Zuerst einmal handelt es sich bei dem Roman um ziemlich schwere Kost, wie ich finde. In anderen Rezensionen habe ich häufig von der humorvollen Seite der Geschichte gelesen, doch auch wenn der Autor mit viel Wortwitz und außergewöhnlichen Formulierungen vorgeht, empfand ich die Handlung selbst in erster Linie als sehr bedrückend. Zum einen ist da dieses biedere Dorf, in dem es - wer kennt es nicht? - nur darum geht, wie man nach außen hin wirkt.

Zum anderen erhält man intensive Einblicke in eine weitere verschworene Gruppe (denn "Gemeinschaft" will ich es gar nicht nennen!), den Knabenchor, in dem nur dazugehören kann, wer sich durchsetzt, die (unausgesprochenen wie offiziellen) Regeln sind hart und ein Gefühl von Glück entsteht hier höchstens durch die eigene Leistung, nicht aber durch Zusammenhalt.
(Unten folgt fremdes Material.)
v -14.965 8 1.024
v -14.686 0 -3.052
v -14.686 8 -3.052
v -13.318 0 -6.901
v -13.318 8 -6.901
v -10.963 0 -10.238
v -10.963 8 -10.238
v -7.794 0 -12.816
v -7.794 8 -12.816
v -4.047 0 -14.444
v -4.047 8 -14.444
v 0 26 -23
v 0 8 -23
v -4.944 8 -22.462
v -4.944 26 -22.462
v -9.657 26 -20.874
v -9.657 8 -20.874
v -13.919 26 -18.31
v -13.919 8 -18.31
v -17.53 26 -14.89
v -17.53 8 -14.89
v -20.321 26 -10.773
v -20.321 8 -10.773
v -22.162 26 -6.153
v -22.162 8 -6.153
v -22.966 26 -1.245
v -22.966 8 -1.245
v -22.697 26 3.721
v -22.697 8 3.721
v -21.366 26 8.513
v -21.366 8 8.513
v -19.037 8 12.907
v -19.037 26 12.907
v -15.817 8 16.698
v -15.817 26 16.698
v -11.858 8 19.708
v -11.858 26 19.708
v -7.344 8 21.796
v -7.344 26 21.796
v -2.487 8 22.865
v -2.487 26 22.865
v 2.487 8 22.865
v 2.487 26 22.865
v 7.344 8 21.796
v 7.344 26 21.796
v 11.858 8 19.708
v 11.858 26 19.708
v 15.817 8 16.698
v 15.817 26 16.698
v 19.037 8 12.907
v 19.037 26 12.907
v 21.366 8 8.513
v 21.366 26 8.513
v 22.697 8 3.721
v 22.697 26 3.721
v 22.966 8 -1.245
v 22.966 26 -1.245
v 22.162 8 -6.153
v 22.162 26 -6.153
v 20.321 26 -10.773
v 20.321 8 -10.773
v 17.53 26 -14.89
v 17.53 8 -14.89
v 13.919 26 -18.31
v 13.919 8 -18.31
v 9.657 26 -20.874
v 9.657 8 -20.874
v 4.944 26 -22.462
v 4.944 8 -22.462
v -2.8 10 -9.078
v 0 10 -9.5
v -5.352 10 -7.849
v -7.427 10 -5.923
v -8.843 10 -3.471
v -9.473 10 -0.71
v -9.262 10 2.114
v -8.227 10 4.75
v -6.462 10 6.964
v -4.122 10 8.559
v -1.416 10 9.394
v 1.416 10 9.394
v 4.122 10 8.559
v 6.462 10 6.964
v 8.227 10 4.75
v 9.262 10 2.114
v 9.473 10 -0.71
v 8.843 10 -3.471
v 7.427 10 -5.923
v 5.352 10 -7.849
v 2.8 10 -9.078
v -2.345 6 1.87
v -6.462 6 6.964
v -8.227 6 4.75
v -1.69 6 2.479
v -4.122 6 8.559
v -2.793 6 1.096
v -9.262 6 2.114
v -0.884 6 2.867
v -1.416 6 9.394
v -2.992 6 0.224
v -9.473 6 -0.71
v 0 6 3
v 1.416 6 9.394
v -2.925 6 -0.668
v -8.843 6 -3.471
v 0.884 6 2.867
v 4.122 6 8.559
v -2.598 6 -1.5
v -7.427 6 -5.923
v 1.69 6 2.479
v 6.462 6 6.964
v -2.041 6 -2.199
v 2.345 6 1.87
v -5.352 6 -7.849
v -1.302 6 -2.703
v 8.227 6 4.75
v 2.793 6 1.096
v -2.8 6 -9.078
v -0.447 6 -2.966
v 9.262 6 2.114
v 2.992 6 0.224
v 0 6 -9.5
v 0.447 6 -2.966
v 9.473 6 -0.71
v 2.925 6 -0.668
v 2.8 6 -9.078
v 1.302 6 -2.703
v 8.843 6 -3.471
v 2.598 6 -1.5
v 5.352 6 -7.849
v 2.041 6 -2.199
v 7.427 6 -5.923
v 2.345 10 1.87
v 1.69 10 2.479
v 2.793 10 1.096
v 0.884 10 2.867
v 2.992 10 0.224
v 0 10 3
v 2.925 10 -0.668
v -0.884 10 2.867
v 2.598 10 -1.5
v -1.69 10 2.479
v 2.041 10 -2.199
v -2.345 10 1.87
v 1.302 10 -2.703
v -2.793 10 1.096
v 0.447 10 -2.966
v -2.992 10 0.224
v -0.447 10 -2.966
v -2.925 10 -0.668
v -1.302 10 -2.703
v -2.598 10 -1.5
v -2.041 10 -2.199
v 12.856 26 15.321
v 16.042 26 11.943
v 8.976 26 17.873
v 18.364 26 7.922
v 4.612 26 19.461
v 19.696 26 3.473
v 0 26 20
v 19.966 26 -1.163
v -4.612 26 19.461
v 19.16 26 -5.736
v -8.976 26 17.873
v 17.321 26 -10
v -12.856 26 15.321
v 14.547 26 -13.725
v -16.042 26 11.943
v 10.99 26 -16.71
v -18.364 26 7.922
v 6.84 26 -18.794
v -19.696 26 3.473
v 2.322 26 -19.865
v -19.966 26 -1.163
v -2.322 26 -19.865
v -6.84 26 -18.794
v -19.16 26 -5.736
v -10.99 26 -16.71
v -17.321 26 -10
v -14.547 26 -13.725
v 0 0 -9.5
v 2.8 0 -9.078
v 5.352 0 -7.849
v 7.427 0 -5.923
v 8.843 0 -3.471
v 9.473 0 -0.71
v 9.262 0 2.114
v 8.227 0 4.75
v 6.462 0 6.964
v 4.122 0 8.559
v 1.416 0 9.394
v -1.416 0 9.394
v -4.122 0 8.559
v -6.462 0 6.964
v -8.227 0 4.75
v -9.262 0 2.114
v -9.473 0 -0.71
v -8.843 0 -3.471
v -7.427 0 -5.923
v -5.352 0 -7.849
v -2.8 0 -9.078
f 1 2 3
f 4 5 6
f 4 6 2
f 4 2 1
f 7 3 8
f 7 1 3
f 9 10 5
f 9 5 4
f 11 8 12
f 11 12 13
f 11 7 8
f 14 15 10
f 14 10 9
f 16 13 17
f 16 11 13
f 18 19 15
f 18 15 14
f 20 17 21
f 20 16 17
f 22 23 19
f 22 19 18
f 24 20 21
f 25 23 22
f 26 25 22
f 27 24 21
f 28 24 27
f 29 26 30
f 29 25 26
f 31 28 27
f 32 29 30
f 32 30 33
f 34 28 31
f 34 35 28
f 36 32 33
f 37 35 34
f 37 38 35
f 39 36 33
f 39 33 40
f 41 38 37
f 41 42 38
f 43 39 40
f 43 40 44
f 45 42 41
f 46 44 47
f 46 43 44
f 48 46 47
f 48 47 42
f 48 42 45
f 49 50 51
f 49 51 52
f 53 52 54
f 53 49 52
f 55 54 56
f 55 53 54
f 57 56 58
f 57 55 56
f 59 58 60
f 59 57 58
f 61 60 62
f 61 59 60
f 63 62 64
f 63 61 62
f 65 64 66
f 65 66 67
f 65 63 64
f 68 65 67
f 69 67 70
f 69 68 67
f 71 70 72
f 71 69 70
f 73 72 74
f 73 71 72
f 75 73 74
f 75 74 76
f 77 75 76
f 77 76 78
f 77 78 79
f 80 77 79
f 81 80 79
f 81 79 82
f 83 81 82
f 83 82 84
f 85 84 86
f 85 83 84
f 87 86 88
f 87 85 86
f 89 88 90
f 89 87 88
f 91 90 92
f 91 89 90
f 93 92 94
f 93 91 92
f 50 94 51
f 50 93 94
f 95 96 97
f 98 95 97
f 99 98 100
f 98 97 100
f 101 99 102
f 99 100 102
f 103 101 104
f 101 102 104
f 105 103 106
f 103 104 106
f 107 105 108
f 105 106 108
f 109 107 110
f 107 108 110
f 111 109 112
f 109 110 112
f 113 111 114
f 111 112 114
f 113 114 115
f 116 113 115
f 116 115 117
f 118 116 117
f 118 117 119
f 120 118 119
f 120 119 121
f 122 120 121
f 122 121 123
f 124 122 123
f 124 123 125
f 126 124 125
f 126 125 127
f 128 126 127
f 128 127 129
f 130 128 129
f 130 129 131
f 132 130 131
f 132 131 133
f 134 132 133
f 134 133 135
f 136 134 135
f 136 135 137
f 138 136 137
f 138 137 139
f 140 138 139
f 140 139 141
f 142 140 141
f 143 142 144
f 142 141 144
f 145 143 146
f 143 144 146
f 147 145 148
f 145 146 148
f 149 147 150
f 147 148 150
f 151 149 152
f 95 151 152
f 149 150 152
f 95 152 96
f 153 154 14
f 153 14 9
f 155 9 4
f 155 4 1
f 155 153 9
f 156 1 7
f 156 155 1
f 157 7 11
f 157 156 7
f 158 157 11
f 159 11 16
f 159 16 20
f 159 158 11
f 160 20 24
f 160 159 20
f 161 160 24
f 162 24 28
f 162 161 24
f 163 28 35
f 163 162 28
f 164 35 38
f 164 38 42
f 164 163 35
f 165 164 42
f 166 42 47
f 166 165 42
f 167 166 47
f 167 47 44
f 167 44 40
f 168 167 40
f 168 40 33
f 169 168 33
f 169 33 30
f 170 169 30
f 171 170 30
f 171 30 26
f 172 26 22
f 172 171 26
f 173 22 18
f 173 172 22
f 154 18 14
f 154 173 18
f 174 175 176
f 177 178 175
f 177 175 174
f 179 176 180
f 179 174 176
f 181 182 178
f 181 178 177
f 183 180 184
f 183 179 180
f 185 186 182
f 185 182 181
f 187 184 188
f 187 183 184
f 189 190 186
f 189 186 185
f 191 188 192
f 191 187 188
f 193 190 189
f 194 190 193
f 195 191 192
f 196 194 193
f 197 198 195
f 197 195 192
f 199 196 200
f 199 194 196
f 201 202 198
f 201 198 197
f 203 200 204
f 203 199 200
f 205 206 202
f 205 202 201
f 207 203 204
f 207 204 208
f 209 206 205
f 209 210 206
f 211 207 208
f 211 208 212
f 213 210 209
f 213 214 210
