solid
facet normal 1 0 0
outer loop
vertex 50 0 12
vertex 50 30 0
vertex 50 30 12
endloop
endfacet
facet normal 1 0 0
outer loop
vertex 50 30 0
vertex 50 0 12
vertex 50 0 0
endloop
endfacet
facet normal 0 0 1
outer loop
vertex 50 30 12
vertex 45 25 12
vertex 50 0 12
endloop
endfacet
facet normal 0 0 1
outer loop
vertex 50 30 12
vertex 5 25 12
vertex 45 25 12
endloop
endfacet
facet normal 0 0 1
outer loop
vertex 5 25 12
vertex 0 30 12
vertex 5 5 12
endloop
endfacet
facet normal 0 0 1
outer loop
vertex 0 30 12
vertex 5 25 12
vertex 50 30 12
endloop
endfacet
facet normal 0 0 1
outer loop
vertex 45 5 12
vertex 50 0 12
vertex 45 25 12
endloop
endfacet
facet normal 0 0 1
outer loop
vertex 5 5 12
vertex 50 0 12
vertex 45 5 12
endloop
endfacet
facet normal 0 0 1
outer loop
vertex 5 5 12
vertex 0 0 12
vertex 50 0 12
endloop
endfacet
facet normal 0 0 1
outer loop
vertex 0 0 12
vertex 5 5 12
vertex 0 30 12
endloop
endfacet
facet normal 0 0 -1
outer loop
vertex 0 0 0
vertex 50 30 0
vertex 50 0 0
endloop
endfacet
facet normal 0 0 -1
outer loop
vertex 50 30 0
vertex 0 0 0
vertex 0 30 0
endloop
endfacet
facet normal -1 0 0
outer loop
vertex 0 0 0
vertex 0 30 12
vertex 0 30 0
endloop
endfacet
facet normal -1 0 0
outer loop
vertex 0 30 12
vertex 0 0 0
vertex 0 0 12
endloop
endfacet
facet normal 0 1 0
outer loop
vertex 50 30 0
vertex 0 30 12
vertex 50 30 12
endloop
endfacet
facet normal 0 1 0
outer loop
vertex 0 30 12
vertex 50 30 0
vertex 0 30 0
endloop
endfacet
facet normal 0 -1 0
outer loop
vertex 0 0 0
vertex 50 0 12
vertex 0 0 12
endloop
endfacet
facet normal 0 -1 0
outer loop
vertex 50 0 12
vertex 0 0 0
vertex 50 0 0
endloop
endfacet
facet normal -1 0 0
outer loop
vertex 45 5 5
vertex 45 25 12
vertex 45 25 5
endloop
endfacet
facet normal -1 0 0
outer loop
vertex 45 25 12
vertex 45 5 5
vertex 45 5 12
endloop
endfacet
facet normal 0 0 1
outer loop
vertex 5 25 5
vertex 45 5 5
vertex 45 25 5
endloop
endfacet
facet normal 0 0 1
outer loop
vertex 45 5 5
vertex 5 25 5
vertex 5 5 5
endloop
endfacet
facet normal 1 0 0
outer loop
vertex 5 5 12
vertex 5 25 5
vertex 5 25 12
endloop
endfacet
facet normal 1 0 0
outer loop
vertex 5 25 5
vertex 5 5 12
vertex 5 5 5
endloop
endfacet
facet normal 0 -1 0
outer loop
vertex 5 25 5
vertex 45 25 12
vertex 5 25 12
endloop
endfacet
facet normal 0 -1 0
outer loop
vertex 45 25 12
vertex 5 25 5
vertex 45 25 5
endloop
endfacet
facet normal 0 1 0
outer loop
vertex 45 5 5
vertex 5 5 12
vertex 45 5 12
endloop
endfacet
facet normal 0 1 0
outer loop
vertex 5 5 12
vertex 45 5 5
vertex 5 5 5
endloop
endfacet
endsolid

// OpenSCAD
// Wrong cavity depth and outer height (12 mm instead of 20 mm).
difference() {
  cube([50, 30, 12]);
  translate([5, 5, 5]) cube([40, 20, 12]);
}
Moll indes wirkt in bzw. zwischen diesen Konstrukten wie ein Fremdkörper - und genauso verhält es sich auch mit den Beziehungen zu ihren Mitmenschen. Diese sind geprägt von Schweigen, Leerstellen und Zweifeln, und die einzige Person, die hier für eine andere Atmosphäre sorgen könnte, wenn man Molls Gefühlen folgt, ist ihre Mutter, für deren Wiederfinden Moll sich gegen zahlreiche Widerstände auflehnen muss.

Gerade Moll, die mitunter renitent, dabei aber auch - aus Leserperspektive - sehr nahbar ist, verleiht dem Roman zahlreiche Ebenen, die sich letztlich alle in dem vereinen, was der Geschichte zugrunde liegt: Musik. Mit einer Punktebewertung habe ich mich hier schwergetan, weshalb ich an dieser Stelle lieber eine Empfehlung für alle ausspreche, die an Musik, zwischenmenschlichen Themen und Literatur, die sich nur bedingt an Konventionen hält, interessiert sind.